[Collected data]
——
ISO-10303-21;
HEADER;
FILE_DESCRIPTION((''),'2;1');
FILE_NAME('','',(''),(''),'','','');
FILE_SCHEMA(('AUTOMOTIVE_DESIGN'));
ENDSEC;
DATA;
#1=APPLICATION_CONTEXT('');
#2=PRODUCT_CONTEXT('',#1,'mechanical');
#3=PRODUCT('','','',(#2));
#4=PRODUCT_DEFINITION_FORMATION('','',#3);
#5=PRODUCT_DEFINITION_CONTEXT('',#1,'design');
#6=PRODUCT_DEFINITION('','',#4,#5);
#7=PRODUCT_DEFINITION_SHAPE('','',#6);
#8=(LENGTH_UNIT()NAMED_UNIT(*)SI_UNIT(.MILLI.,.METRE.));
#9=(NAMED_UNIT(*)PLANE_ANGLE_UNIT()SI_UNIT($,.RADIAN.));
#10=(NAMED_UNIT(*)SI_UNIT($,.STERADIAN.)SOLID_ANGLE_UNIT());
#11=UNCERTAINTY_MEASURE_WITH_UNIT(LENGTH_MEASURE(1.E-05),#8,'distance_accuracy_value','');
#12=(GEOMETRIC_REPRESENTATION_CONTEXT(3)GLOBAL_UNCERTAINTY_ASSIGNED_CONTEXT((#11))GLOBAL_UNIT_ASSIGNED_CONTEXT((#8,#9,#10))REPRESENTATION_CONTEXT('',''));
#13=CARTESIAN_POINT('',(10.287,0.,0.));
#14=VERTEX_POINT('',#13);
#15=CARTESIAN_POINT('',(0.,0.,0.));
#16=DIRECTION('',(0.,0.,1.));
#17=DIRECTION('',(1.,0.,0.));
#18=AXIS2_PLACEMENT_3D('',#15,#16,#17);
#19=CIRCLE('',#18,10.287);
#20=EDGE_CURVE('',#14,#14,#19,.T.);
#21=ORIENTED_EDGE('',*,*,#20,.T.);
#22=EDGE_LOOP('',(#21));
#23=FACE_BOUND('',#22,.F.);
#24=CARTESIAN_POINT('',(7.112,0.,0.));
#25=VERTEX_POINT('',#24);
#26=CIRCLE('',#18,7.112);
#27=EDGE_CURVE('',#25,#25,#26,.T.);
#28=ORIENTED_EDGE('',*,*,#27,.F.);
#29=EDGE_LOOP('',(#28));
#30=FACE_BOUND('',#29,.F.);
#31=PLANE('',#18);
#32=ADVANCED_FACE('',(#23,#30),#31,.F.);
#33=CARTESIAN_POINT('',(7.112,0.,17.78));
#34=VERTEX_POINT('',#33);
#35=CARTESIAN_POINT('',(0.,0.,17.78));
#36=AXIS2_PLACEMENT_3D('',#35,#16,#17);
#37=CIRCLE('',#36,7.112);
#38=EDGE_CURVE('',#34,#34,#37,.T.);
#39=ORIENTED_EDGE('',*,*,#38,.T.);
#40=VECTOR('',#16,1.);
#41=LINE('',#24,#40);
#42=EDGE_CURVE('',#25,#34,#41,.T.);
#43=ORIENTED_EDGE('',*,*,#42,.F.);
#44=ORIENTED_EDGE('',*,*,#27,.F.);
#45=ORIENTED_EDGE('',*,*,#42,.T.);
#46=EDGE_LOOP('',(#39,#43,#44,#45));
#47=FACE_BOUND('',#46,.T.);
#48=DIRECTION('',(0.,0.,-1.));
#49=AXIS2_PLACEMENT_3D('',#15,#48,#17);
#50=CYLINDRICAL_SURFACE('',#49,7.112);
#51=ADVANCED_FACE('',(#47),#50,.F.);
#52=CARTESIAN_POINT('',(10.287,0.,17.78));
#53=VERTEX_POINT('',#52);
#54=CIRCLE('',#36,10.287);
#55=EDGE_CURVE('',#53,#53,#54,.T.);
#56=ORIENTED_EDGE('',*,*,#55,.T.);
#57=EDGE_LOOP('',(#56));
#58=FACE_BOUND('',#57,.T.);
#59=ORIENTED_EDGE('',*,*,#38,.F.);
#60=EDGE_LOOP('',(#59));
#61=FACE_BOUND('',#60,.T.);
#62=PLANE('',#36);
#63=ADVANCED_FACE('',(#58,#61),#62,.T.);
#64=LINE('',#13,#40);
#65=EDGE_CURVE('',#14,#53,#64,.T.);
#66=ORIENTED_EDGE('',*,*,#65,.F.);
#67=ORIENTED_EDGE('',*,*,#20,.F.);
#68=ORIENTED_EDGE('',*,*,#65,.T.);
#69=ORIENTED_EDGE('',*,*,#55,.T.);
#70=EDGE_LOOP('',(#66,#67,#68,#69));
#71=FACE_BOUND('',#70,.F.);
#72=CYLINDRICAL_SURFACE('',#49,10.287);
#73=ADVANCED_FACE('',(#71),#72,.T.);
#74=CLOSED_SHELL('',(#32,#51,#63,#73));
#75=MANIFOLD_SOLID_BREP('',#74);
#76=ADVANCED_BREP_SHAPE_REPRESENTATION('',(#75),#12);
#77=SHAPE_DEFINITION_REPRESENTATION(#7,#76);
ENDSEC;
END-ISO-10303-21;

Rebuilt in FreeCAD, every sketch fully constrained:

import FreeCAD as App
import Part
import Sketcher

V = App.Vector
Q = App.Units.Quantity

doc = App.newDocument("Part")
body = doc.addObject("PartDesign::Body", "Body")

# Sketch on XY plane
sketch1 = body.newObject("Sketcher::SketchObject", "Sketch")
sketch1.AttachmentSupport = (doc.getObject("XY_Plane"), [""])
sketch1.MapMode = "FlatFace"
sketch1.addGeometry(Part.Circle(V(0, 0, 0), V(0, 0, 1), 10), False)
sketch1.addGeometry(Part.Circle(V(0, 0, 0), V(0, 0, 1), 7), False)
sketch1.addConstraint(Sketcher.Constraint("Coincident", 0, 3, -1, 1))
sketch1.addConstraint(Sketcher.Constraint("Coincident", 1, 3, -1, 1))
sketch1.addConstraint(Sketcher.Constraint("Diameter", 1, Q("0.56 in")))
sketch1.addConstraint(Sketcher.Constraint("Diameter", 0, Q("0.81 in")))
pad1 = body.newObject("PartDesign::Pad", "Pad")
pad1.Profile = sketch1
pad1.Length = Q("0.7 in")

doc.recompute()
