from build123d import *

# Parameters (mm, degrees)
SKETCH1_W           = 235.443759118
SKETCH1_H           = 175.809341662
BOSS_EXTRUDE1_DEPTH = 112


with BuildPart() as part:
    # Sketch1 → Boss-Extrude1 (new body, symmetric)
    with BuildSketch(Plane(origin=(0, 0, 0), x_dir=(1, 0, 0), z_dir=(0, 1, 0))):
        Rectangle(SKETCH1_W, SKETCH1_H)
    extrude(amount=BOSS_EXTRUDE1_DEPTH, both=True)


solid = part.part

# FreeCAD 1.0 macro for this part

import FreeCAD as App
import Part
import Sketcher
Q = App.Units.Quantity

doc = App.newDocument("Part")
body = doc.addObject("PartDesign::Body", "Body")

# Sketch on XZ plane
sketch1 = body.newObject("Sketcher::SketchObject", "Sketch")
sketch1.AttachmentSupport = (doc.getObject("XZ_Plane"), [""])
sketch1.MapMode = "FlatFace"
sketch1.addGeometry(Part.LineSegment(App.Vector(-118, -88, 0), App.Vector(-118, 88, 0)), False)
sketch1.addGeometry(Part.LineSegment(App.Vector(-118, 88, 0), App.Vector(118, 88, 0)), False)
sketch1.addGeometry(Part.LineSegment(App.Vector(118, 88, 0), App.Vector(118, -88, 0)), False)
sketch1.addGeometry(Part.LineSegment(App.Vector(118, -88, 0), App.Vector(-118, -88, 0)), False)
sketch1.addConstraint(Sketcher.Constraint("Coincident", 0, 2, 1, 1))
sketch1.addConstraint(Sketcher.Constraint("Coincident", 1, 2, 2, 1))
sketch1.addConstraint(Sketcher.Constraint("Coincident", 2, 2, 3, 1))
sketch1.addConstraint(Sketcher.Constraint("Coincident", 3, 2, 0, 1))
sketch1.addConstraint(Sketcher.Constraint("Vertical", 0))
sketch1.addConstraint(Sketcher.Constraint("Horizontal", 1))
sketch1.addConstraint(Sketcher.Constraint("Vertical", 2))
sketch1.addConstraint(Sketcher.Constraint("Horizontal", 3))
sketch1.addConstraint(Sketcher.Constraint("Symmetric", 0, 2, 2, 2, -1, 1))
sketch1.addConstraint(Sketcher.Constraint("DistanceX", 1, 1, 1, 2, Q("235.443759 mm")))
sketch1.addConstraint(Sketcher.Constraint("DistanceY", 0, 1, 0, 2, Q("175.809342 mm")))
pad1 = body.newObject("PartDesign::Pad", "Pad")
pad1.Profile = sketch1
pad1.Length = 224
pad1.Midplane = True

doc.recompute()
——
AIM OF THE EXERCISE: From the records above, print only the lines between the one holding "Rectangle(SKETCH1_W, SKETCH1_H)" and the one holding "# FreeCAD 1.0 macro for this part", inclusive, exactly as they stand.

THE COMPLETED TASK:
        Rectangle(SKETCH1_W, SKETCH1_H)
    extrude(amount=BOSS_EXTRUDE1_DEPTH, both=True)


solid = part.part

# FreeCAD 1.0 macro for this part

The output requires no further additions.